I felt complete and total guilt. I got myself to a priest and confessed but it has been a complete mess ever since. I got STD tested a few weeks after the incident and everything came back negative except the herpes simplex 2 virus results which gave them a false positive. These blood test are notorious for these types of results and I was advised against taking this again by my regular doctor. She told me if I had an outbreak that I should then come to the dr and have that swabbed and that would give me an actual accurate result. I’ve been living in anxiety though I know Jesus has forgiven me. I have not told my husband and I have not slept with him in months as I wanted to be sure that all was okay as far as STD’s go. Things are most definitely not all okay. In the past two months I have decided I will never drink again, . . .

I’ve been in such despair. I’ve been praying the rosary and trying so very hard to pray that things will be okay. . . .

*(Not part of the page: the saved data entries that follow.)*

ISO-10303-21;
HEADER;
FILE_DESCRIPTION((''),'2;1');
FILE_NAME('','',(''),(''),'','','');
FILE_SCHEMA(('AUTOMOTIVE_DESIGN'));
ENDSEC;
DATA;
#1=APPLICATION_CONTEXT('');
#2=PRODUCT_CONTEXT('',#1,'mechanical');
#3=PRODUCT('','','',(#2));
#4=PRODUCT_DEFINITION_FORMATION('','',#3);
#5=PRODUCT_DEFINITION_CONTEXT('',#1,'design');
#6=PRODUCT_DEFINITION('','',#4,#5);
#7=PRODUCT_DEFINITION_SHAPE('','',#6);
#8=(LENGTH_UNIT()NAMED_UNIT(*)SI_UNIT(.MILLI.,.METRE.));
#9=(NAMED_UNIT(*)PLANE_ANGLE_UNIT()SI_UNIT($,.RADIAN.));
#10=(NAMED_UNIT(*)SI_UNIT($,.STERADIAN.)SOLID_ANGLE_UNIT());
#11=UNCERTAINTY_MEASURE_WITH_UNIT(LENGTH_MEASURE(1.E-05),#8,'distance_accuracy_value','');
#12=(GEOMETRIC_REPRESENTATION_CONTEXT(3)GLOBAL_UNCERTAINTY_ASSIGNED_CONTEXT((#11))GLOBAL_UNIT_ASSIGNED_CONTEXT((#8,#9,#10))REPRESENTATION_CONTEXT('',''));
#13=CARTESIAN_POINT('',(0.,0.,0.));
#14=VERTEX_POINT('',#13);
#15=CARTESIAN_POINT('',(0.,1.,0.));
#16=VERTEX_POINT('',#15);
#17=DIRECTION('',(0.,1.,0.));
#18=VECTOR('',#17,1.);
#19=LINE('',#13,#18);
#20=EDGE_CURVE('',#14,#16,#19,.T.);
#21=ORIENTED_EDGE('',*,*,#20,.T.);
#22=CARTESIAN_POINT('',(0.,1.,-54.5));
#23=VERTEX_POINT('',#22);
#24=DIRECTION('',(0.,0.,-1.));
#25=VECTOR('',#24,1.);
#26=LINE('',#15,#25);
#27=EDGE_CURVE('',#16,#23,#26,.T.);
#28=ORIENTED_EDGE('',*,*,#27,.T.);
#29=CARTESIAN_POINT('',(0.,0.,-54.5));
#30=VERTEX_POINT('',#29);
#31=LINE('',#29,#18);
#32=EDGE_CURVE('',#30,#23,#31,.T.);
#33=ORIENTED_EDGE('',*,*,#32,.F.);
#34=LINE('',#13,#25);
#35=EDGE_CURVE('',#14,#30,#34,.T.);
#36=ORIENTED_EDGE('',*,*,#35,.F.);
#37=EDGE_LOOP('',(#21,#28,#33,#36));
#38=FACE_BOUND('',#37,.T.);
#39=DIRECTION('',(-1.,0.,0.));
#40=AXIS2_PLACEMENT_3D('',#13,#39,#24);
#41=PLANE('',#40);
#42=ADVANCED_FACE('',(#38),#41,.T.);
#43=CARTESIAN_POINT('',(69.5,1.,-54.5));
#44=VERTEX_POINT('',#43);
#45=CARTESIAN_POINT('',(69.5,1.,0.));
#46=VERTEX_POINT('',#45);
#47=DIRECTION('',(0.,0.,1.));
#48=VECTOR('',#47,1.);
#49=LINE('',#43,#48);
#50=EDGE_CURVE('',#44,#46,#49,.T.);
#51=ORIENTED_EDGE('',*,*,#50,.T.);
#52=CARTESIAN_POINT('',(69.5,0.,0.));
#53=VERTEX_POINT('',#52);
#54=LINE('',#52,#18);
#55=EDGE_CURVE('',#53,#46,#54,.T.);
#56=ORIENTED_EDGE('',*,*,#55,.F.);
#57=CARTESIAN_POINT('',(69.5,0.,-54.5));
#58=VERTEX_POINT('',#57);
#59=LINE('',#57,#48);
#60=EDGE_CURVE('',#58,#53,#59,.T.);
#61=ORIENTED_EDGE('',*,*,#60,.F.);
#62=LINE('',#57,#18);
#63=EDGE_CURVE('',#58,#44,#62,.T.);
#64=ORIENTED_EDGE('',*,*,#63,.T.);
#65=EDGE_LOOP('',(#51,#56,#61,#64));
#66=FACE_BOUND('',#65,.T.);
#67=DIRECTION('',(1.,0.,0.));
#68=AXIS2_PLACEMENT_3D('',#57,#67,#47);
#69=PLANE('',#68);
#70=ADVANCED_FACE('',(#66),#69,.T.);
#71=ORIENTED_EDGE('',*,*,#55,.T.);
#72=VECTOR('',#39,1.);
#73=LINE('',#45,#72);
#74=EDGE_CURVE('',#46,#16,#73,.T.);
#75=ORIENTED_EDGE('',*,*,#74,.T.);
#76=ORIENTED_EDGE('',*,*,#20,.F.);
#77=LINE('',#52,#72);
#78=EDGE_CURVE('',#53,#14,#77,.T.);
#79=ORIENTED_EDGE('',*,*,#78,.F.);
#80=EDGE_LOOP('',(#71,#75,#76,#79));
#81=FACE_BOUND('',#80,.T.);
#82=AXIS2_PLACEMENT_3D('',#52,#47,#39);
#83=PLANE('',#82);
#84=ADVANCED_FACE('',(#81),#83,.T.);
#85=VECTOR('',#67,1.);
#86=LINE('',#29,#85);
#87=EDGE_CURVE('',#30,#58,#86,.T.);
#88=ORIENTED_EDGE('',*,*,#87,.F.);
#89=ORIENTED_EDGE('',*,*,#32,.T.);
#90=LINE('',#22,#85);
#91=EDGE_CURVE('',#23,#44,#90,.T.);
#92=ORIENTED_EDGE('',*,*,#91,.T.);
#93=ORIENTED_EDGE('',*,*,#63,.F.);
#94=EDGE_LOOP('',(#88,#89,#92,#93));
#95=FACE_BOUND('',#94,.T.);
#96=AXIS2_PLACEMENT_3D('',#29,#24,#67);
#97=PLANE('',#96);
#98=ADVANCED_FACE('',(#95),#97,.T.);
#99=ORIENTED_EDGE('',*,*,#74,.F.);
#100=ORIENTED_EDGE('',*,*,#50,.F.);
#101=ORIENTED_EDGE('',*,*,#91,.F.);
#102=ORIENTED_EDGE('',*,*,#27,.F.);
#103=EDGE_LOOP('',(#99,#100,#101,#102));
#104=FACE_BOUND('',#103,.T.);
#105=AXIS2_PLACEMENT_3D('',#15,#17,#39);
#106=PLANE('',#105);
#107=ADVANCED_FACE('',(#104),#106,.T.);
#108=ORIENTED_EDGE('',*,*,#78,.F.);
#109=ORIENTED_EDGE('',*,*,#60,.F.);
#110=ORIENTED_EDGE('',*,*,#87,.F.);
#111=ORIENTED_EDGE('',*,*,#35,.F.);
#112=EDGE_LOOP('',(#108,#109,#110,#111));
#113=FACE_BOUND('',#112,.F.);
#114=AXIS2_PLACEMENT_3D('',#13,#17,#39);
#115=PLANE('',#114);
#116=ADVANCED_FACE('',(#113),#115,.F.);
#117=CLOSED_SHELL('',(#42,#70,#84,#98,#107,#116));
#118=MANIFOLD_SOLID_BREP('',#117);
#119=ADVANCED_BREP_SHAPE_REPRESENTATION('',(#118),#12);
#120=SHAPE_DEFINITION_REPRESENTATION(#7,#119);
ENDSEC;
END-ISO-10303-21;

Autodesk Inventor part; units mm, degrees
ref_plane "YZ Plane" through (0, 0, 0) normal (1, 0, 0) x (0, 1, 0)
ref_plane "XZ Plane" through (0, 0, 0) normal (0, 1, 0) x (-1, 0, 0)
ref_plane "XY Plane" through (0, 0, 0) normal (0, 0, 1) x (1, 0, 0)
sketch "Sketch1" plane through (0, 0, 0) normal (0, 1, 0) x (-1, 0, 0)
  line L0 (0, 0) -> (0, -54.5)
  line L1 (0, -54.5) -> (-69.5, -54.5)
  line L2 (-69.5, -54.5) -> (-69.5, 0)
  line L3 (-69.5, 0) -> (0, 0)
  dimension "d0" = 54.5
  dimension "d1" = 69.5
  dimension "d2" = 54.5
extrude "Extrusion1" add sketch "Sketch1" along normal blind 1
properties part number "toppur"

I’m begging if you could please pray for me, my husband, and our child. I know the Dr. is saying he doesn’t think it is but I just have this horrible feeling that it very well could be. I struggle with debilitating depression and anxiety on the regular and I am so regretful of this horrible decision I made. I know my husband will stay with me no matter what which makes me even guiltier. He is an incredibly good man and will stand by me no matter what. I just don’t know what else I can do. I’m trying to right my wrongs but I’ve gotten myself in a hole that I can’t get out of. Please pray that all is negative and I can move on and better our lives in every way possible for the Lord.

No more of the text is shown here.